For my first party I made the invitations out of legal size paper. I drew a wolf bottom jaw on the bottom of the paper, turned it around to the other end (not flipped) and drew the up part of the wolfs face. Then I folded the sheet into 3 sections so the the top and bottom of the wolf came together to create the whole face. I then put some small slices in the page in crutial spots so that I could refold and make the jaws move. When it was all folded and finished it was real cool. If you'd like to see the first rough draft I did back then, email me and I'll seed you a copy.

Now days I do my invites in Html. Then I email the html page and the pictures and just have them save to disk and open in their browser... Email me and I'll send you a sample. They work great cause I can use animated halloween gifs. (my own evite). If you want to use halloween fonts in the Html invite remember that if they don't have that font it won't look the same. So use a graphic software (even MS Paint) write the words in the font and colors of choice then save as a gif. It'll work great!

email: [email protected]


----------



## hexler (Sep 20, 2005)

Here's a link to what we sent out last year and this year. Hope everyone likes them. 

http://www.cybergraphix.com/halloween/invitations/index.htm

We also are sending out a link to a Web page I set up for this years bash. So it's whole package this year, snail mail and e-mail. _(Anyone here... close enough... who wants the link, lemme know. Any members on here are welcome always)._


----------



## hexler (Sep 20, 2005)

IowaChick76 said:


>



Those are incredible. *_in my best Napolean Dynamite voice_* Nice job IowaChick!


----------



## RainyDayGhoul (Aug 30, 2006)

I always try to do something different. The above ideas are great!! I love the attention to detail. Not sure what I'll do this year, yet!

Here are a few of prior years' invites:

A raven delivers a message:









Mad Scientist Lab Sample









Martha Stewart's Idea: Don't Forget!


----------



## colmmoo (Jul 23, 2005)

I LOVE the lab specimen! : )


----------



## IowaChick76 (Aug 6, 2006)

hexler said:


> Those are incredible. *_in my best Napolean Dynamite voice_* Nice job IowaChick!

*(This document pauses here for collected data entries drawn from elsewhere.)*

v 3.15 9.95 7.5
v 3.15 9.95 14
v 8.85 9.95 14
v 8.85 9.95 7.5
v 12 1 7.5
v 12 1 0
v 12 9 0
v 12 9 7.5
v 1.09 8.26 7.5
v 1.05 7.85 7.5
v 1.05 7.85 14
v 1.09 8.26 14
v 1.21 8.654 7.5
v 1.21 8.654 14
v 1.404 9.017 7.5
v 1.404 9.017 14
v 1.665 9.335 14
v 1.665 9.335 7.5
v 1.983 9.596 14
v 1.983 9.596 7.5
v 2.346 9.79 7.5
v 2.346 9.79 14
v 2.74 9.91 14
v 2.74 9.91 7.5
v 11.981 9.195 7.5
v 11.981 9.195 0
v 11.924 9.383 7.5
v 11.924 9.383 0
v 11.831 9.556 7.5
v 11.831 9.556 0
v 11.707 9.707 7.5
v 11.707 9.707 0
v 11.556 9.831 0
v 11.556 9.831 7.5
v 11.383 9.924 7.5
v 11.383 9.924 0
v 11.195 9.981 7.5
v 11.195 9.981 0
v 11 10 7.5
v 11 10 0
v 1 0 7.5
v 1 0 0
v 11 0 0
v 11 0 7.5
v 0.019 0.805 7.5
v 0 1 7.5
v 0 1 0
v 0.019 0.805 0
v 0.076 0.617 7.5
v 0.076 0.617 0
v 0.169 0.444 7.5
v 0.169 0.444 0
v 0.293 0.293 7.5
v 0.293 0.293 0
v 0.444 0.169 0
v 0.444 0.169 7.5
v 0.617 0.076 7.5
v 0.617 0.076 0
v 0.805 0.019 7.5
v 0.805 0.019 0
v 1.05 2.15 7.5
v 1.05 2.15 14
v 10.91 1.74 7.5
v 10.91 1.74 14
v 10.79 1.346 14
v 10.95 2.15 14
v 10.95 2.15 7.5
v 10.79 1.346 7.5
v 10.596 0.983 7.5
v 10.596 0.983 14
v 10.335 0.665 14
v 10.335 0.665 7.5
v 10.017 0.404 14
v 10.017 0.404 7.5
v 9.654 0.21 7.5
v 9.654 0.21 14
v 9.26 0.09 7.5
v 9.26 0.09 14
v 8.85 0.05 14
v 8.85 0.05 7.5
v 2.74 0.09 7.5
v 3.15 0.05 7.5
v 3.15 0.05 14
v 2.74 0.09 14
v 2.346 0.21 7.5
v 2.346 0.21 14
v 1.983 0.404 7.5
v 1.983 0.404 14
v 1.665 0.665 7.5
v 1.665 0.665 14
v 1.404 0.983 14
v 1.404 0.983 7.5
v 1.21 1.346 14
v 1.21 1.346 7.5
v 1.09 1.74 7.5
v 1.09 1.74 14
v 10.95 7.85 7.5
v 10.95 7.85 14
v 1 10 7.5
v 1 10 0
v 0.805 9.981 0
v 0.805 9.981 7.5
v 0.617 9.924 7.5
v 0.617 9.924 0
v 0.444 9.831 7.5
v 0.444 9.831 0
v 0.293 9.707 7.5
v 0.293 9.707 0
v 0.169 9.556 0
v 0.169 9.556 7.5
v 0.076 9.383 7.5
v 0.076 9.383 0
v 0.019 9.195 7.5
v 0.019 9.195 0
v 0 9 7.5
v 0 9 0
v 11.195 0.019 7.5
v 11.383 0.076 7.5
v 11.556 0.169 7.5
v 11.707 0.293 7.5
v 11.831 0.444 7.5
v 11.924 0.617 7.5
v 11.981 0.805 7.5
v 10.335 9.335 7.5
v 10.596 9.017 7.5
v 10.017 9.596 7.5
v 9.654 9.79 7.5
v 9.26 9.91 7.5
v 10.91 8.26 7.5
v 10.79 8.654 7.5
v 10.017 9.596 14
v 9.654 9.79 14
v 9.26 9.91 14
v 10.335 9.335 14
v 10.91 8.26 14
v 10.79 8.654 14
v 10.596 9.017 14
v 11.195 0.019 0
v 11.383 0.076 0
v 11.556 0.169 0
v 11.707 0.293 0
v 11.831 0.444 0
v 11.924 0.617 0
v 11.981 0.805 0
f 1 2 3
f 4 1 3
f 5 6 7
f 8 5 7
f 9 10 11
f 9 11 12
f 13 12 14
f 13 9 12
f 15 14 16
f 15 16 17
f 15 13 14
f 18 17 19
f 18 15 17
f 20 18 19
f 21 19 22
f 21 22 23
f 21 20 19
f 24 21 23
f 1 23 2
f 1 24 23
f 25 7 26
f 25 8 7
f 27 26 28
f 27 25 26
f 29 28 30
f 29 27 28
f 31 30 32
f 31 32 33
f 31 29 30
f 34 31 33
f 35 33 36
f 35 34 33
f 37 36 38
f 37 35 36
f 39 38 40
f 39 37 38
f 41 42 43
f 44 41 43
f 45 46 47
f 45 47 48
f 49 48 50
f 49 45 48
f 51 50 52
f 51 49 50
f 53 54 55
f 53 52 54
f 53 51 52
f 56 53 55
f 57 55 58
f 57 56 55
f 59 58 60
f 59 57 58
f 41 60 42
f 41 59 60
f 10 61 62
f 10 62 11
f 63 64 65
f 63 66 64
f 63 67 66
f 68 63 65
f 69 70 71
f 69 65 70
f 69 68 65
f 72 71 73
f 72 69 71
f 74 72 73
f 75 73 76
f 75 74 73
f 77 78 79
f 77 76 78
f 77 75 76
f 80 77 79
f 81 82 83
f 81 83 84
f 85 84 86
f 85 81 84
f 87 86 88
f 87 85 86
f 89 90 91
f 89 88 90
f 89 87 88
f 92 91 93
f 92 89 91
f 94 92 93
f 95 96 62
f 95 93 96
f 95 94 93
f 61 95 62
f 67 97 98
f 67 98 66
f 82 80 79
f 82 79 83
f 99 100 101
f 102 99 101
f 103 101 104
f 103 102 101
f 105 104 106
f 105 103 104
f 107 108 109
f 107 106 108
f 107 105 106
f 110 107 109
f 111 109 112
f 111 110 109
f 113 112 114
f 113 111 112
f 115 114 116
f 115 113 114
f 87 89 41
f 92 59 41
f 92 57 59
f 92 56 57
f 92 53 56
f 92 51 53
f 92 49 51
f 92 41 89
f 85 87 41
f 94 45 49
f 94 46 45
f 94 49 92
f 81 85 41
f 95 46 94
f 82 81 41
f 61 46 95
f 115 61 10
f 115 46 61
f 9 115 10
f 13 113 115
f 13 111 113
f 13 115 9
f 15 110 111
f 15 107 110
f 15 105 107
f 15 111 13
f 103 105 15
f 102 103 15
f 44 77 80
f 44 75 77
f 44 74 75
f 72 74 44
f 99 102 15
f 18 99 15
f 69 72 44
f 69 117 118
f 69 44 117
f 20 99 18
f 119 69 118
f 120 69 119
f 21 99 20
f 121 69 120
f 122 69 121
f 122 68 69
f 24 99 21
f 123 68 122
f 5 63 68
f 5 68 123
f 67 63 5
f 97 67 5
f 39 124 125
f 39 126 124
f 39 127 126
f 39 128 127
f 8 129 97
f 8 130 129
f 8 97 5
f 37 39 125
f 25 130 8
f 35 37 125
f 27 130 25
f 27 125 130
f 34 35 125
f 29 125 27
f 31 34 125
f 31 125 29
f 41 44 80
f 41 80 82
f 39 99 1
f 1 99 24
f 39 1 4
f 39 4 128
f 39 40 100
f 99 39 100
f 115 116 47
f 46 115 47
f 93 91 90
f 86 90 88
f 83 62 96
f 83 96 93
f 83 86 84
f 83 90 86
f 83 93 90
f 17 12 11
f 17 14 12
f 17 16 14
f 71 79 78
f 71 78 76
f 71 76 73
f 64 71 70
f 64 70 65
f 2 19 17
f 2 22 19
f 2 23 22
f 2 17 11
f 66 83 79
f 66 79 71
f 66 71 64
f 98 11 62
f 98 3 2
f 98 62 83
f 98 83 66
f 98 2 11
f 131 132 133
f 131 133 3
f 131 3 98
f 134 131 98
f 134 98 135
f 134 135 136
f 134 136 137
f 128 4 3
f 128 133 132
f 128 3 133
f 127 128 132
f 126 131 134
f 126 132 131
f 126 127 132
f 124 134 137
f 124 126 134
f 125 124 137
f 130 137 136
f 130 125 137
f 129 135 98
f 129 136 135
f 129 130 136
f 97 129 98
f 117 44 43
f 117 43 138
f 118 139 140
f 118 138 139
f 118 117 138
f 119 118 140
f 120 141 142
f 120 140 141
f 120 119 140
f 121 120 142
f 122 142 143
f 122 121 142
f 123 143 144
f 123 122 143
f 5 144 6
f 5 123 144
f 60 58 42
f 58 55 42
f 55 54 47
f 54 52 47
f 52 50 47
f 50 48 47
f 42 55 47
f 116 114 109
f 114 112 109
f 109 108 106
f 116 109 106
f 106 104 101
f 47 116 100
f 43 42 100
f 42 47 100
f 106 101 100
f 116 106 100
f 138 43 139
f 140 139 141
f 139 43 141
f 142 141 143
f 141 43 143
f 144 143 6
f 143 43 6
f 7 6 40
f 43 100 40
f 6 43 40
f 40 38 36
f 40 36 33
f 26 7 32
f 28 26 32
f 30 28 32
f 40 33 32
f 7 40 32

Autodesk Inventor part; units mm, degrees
ref_plane "YZ Plane" through (0, 0, 0) normal (1, 0, 0) x (0, 1, 0)
ref_plane "XZ Plane" through (0, 0, 0) normal (0, 1, 0) x (-1, 0, 0)
ref_plane "XY Plane" through (0, 0, 0) normal (0, 0, 1) x (1, 0, 0)
sketch "Skizze1" plane through (0, 0, 0) normal (0, 0, 1) x (1, 0, 0)
  line L0 (0, 0) -> (12, 0)
  line L1 (12, 0) -> (12, 10)
  line L2 (12, 10) -> (0, 10)
  line L3 (0, 10) -> (0, 0)
  dimension "d0" = 12
  dimension "d1" = 10
extrude "Extrusion1" add sketch "Skizze1" along normal blind 14
sketch "Skizze2" plane through (0, 0, 14) normal (0, 0, 1) x (1, 0, 0)
  line L0 (1.05, 9.95) -> (10.95, 9.95)
  line L1 (10.95, 9.95) -> (10.95, 0.05)
  line L2 (10.95, 0.05) -> (1.05, 0.05)
  line L3 (1.05, 0.05) -> (1.05, 9.95)
  line L4 (12, 10) -> (0, 10) projected
  line L5 (0, 10) -> (0, 0) projected
  line L6 (0, 0) -> (12, 0) projected
  line L7 (0, 10) -> (12, 10)
  line L8 (12, 10) -> (12, 0)
  line L9 (12, 0) -> (0, 0)
  line L10 (0, 0) -> (0, 10)
  point P0 (6, 9.95)
  point P1 (6, 10)
  point P2 (1.05, 5)
  point P3 (0, 5)
  dimension "d4" = 9.9
  dimension "d5" = 9.9
extrude "Extrusion2" cut sketch "Skizze2" against normal blind 6.5
fillet "Rundung1" radius 2.1 4 edges at (1.05, 0.05, 10.75) (10.95, 0.05, 10.75) (10.95, 9.95, 10.75) (1.05, 9.95, 10.75)
fillet "Rundung2" radius 1 4 edges at (0, 0, 3.75) (0, 10, 3.75) (12, 0, 3.75) (12, 10, 3.75)
properties part number "Taster"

Thank you. Your invites are pretty sweet as well.....I particularly like the toe tags and the picture on the envelope is awesome.


----------



## hexler (Sep 20, 2005)

RainyDayGhoul said:


> Here are a few of prior years' invites:


Those are great RainyDayGhoul! I really love the mad scientist too! What a great visual! but is that a glass tube? Or plastic, and is there liquid inside? I can't imagine sending those out today with the way things are in our country right now... you'll have the FBI knocking on your door, hah.  

But I still think they rock! Nice work!


----------



## lady_bee (Sep 21, 2004)

RainyDayGhoul said:


> A raven delivers a message:


I love this. It just sounds so cool. Like the guests are going on a grand adventure


----------



## otherworldly (Sep 28, 2004)

Incredible ideas people! Wonderful work.


----------



## tignyx (Jul 15, 2004)

I sent out the coffin invitations one year. They went over well but are a bit costly. Now instead I just create a website with a Halloween poem every year and the details of the party. Everyone that we invite has email so it makes it much easier. That and you can always track the website to know who has checked it out.


----------



## djkeebz (Oct 1, 2005)

hexler said:


> Those are great RainyDayGhoul! I really love the mad scientist too! What a great visual! but is that a glass tube? Or plastic, and is there liquid inside? I can't imagine sending those out today with the way things are in our country right now... you'll have the FBI knocking on your door, hah.
> 
> But I still think they rock! Nice work!


where did you get those tubes....those rock!


----------



## RainyDayGhoul (Aug 30, 2006)

I was going to send them in the mail (even called the post office- they said it was fine, but I didn't want to chance it). I ended up hand-delivering them. At the time, I saw most friends all the time.

My dad picked up the test tubes at an auction. He's really in to rocks and used them for that. 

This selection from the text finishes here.